### ASSIGNED TASK
In the records below, find the line with "line L1 (19.05, 0)" and the line with "end through all"; return exactly those lines and every line between them.
DATA TO EXAMINE START
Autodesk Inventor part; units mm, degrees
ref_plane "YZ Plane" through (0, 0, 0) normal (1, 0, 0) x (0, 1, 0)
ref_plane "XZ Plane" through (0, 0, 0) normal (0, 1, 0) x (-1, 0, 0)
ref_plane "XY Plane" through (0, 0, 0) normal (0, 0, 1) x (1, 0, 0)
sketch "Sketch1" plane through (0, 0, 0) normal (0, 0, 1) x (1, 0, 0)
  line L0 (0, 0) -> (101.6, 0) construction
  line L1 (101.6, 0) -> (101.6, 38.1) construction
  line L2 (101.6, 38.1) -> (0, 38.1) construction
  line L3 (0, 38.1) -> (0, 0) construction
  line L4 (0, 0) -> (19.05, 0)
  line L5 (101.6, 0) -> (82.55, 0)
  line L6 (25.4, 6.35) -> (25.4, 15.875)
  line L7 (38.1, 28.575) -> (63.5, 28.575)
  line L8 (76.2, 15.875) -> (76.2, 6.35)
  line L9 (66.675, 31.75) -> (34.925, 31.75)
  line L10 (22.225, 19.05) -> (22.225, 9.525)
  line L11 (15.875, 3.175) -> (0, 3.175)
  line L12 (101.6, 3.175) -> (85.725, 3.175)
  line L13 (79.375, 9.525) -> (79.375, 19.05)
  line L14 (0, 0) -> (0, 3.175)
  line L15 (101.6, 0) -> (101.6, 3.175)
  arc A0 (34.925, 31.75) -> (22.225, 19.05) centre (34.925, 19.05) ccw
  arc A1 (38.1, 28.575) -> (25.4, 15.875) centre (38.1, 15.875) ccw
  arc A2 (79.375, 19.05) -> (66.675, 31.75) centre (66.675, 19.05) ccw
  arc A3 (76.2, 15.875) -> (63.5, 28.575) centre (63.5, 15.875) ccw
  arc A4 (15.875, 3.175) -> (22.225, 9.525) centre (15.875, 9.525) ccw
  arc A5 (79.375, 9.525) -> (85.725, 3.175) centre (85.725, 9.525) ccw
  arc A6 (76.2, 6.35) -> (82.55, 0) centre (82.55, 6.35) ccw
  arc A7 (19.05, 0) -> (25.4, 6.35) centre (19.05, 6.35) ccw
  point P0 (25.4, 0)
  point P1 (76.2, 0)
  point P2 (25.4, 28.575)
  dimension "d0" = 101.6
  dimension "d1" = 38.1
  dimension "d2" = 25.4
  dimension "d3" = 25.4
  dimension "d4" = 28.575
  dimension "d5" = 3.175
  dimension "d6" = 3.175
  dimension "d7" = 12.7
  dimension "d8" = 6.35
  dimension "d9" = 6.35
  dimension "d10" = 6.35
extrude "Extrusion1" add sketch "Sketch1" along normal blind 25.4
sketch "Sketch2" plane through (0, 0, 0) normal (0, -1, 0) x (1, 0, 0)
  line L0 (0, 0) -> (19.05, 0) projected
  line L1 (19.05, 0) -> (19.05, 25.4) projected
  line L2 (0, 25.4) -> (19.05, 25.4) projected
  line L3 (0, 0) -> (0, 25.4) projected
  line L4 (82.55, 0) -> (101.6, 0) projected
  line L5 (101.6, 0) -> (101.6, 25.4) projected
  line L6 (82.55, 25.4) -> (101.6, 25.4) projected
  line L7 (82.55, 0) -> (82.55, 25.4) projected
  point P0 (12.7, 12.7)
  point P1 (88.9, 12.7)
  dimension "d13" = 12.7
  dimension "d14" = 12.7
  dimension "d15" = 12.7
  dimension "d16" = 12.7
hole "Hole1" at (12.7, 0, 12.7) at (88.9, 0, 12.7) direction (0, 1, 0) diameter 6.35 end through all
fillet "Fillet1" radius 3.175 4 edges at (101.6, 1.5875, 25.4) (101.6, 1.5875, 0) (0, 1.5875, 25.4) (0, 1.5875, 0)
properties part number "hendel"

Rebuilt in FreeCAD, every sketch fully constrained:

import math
import FreeCAD as App
import Part
import Sketcher
Q = App.Units.Quantity


def edges_at(feature, points):
    """Names of the edges that pass closest to the given points."""
    edges = feature.Shape.Edges
    near = lambda p: min(range(len(edges)), key=lambda i: edges[i].distToShape(Part.Vertex(*p))[0])
    return sorted({f"Edge{near(p) + 1}" for p in points})

doc = App.newDocument("Part")
body = doc.addObject("PartDesign::Body", "Body")

# Sketch on XY plane
sketch1 = doc.addObject("Sketcher::SketchObject", "Sketch")
body.addObject(sketch1)
sketch1.AttachmentSupport = (doc.XY_Plane, [""])
sketch1.MapMode = "FlatFace"
sketch1.addGeometry([
    Part.LineSegment(App.Vector(0, 3.175, 0), App.Vector(0, 0, 0)),  # 0
    Part.LineSegment(App.Vector(0, 0, 0), App.Vector(19.05, 0, 0)),  # 1
    Part.ArcOfCircle(Part.Circle(App.Vector(19.05, 6.35, 0), App.Vector(0, 0, 1), 6.35), math.radians(-90), math.radians(0)),  # 2
    Part.LineSegment(App.Vector(25.4, 6.35, 0), App.Vector(25.4, 15.875, 0)),  # 3
    Part.ArcOfCircle(Part.Circle(App.Vector(38.1, 15.875, 0), App.Vector(0, 0, 1), 12.7), math.radians(90), math.radians(180)),  # 4
    Part.LineSegment(App.Vector(38.1, 28.575, 0), App.Vector(63.5, 28.575, 0)),  # 5
    Part.ArcOfCircle(Part.Circle(App.Vector(63.5, 15.875, 0), App.Vector(0, 0, 1), 12.7), math.radians(0), math.radians(90)),  # 6
    Part.LineSegment(App.Vector(76.2, 15.875, 0), App.Vector(76.2, 6.35, 0)),  # 7
    Part.ArcOfCircle(Part.Circle(App.Vector(82.55, 6.35, 0), App.Vector(0, 0, 1), 6.35), math.radians(180), math.radians(270)),  # 8
    Part.LineSegment(App.Vector(82.55, 0, 0), App.Vector(101.6, 0, 0)),  # 9
    Part.LineSegment(App.Vector(101.6, 0, 0), App.Vector(101.6, 3.175, 0)),  # 10
    Part.LineSegment(App.Vector(101.6, 3.175, 0), App.Vector(85.725, 3.175, 0)),  # 11
    Part.ArcOfCircle(Part.Circle(App.Vector(85.725, 9.525, 0), App.Vector(0, 0, 1), 6.35), math.radians(180), math.radians(270)),  # 12
    Part.LineSegment(App.Vector(79.375, 9.525, 0), App.Vector(79.375, 19.05, 0)),  # 13
    Part.ArcOfCircle(Part.Circle(App.Vector(66.675, 19.05, 0), App.Vector(0, 0, 1), 12.7), math.radians(0), math.radians(90)),  # 14
    Part.LineSegment(App.Vector(66.675, 31.75, 0), App.Vector(34.925, 31.75, 0)),  # 15
    Part.ArcOfCircle(Part.Circle(App.Vector(34.925, 19.05, 0), App.Vector(0, 0, 1), 12.7), math.radians(90), math.radians(180)),  # 16
    Part.LineSegment(App.Vector(22.225, 19.05, 0), App.Vector(22.225, 9.525, 0)),  # 17
    Part.ArcOfCircle(Part.Circle(App.Vector(15.875, 9.525, 0), App.Vector(0, 0, 1), 6.35), math.radians(-90), math.radians(0)),  # 18
    Part.LineSegment(App.Vector(15.875, 3.175, 0), App.Vector(0, 3.175, 0)),  # 19
], False)
sketch1.addConstraint([
    Sketcher.Constraint("Coincident", 0, 2, 1, 1),
    Sketcher.Constraint("Tangent", 1, 2, 2, 1),
    Sketcher.Constraint("Tangent", 2, 2, 3, 1),
    Sketcher.Constraint("Tangent", 3, 2, 4, 2),
    Sketcher.Constraint("Tangent", 4, 1, 5, 1),
    Sketcher.Constraint("Tangent", 5, 2, 6, 2),
    Sketcher.Constraint("Tangent", 6, 1, 7, 1),
    Sketcher.Constraint("Tangent", 7, 2, 8, 1),
    Sketcher.Constraint("Tangent", 8, 2, 9, 1),
    Sketcher.Constraint("Coincident", 9, 2, 10, 1),
    Sketcher.Constraint("Coincident", 10, 2, 11, 1),
    Sketcher.Constraint("Tangent", 11, 2, 12, 2),
    Sketcher.Constraint("Tangent", 12, 1, 13, 1),
    Sketcher.Constraint("Tangent", 13, 2, 14, 1),
    Sketcher.Constraint("Tangent", 14, 2, 15, 1),
    Sketcher.Constraint("Tangent", 15, 2, 16, 1),
    Sketcher.Constraint("Tangent", 16, 2, 17, 1),
    Sketcher.Constraint("Tangent", 17, 2, 18, 2),
    Sketcher.Constraint("Tangent", 18, 1, 19, 1),
    Sketcher.Constraint("Coincident", 19, 2, 0, 1),
    Sketcher.Constraint("Vertical", 0),
    Sketcher.Constraint("Horizontal", 1),
    Sketcher.Constraint("Vertical", 3),
    Sketcher.Constraint("Horizontal", 5),
    Sketcher.Constraint("Vertical", 7),
    Sketcher.Constraint("Horizontal", 9),
    Sketcher.Constraint("Vertical", 10),
    Sketcher.Constraint("Horizontal", 11),
    Sketcher.Constraint("Vertical", 13),
    Sketcher.Constraint("Horizontal", 15),
    Sketcher.Constraint("Vertical", 17),
    Sketcher.Constraint("Horizontal", 19),
    Sketcher.Constraint("Coincident", 0, 2, -1, 1),
    Sketcher.Constraint("Equal", 4, 6),
    Sketcher.Constraint("Equal", 2, 8),
    Sketcher.Constraint("Equal", 8, 12),
    Sketcher.Constraint("Equal", 6, 14),
    Sketcher.Constraint("Equal", 14, 16),
    Sketcher.Constraint("Equal", 12, 18),
    Sketcher.Constraint("PointOnObject", 8, 2, -1),
    Sketcher.Constraint("Horizontal", 12, 3, 18, 3),
    Sketcher.Constraint("Equal", 1, 9),
    Sketcher.Constraint("Equal", 11, 19),
    Sketcher.Constraint("Equal", 7, 13),
    Sketcher.Constraint("Radius", 4, Q("0.5 in")),
    Sketcher.Constraint("DistanceX", 5, 1, 5, 2, Q("1 in")),
    Sketcher.Constraint("Radius", 2, Q("0.25 in")),
    Sketcher.Constraint("DistanceX", -1, 1, 2, 2, Q("1 in")),
    Sketcher.Constraint("DistanceY", 2, 2, 15, 2, Q("1 in")),
    Sketcher.Constraint("DistanceY", 11, 2, 6, 1, Q("0.5 in")),
    Sketcher.Constraint("DistanceX", 8, 3, 12, 3, Q("0.125 in")),
])
pad1 = doc.addObject("PartDesign::Pad", "Pad")
body.addObject(pad1)
pad1.Profile = sketch1
pad1.Length = Q("1 in")

# Sketch on XZ plane
sketch2 = doc.addObject("Sketcher::SketchObject", "Sketch001")
body.addObject(sketch2)
sketch2.AttachmentSupport = (doc.XZ_Plane, [""])
sketch2.MapMode = "FlatFace"
sketch2.addGeometry([
    Part.Circle(App.Vector(12.7, 12.7, 0), App.Vector(0, 0, 1), 3.175),
    Part.Circle(App.Vector(88.9, 12.7, 0), App.Vector(0, 0, 1), 3.175),
], False)
sketch2.addConstraint([
    Sketcher.Constraint("Equal", 0, 1),
    Sketcher.Constraint("Horizontal", 0, 3, 1, 3),
    Sketcher.Constraint("Diameter", 0, Q("0.25 in")),
    Sketcher.Constraint("DistanceX", 0, 3, 1, 3, Q("3 in")),
    Sketcher.Constraint("DistanceX", -1, 1, 0, 3, Q("0.5 in")),
    Sketcher.Constraint("DistanceY", -1, 1, 0, 3, Q("0.5 in")),
])
doc.recompute()
hole = doc.addObject("PartDesign::Hole", "Hole")
body.addObject(hole)
hole.Profile = sketch2
hole.ThreadType = "None"
hole.Diameter = Q("0.25 in")
hole.DepthType = "ThroughAll"
doc.recompute()

fillet = doc.addObject("PartDesign::Fillet", "Fillet")
body.addObject(fillet)
fillet.Base = (hole, edges_at(hole, [
    (101.6, 1.587, 25.4),
    (101.6, 1.587, 0),
    (0, 1.587, 25.4),
    (0, 1.587, 0),
]))
fillet.Radius = Q("0.125 in")

doc.recompute()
DATA TO EXAMINE END
### RESPONSE
  line L1 (19.05, 0) -> (19.05, 25.4) projected
  line L2 (0, 25.4) -> (19.05, 25.4) projected
  line L3 (0, 0) -> (0, 25.4) projected
  line L4 (82.55, 0) -> (101.6, 0) projected
  line L5 (101.6, 0) -> (101.6, 25.4) projected
  line L6 (82.55, 25.4) -> (101.6, 25.4) projected
  line L7 (82.55, 0) -> (82.55, 25.4) projected
  point P0 (12.7, 12.7)
  point P1 (88.9, 12.7)
  dimension "d13" = 12.7
  dimension "d14" = 12.7
  dimension "d15" = 12.7
  dimension "d16" = 12.7
hole "Hole1" at (12.7, 0, 12.7) at (88.9, 0, 12.7) direction (0, 1, 0) diameter 6.35 end through all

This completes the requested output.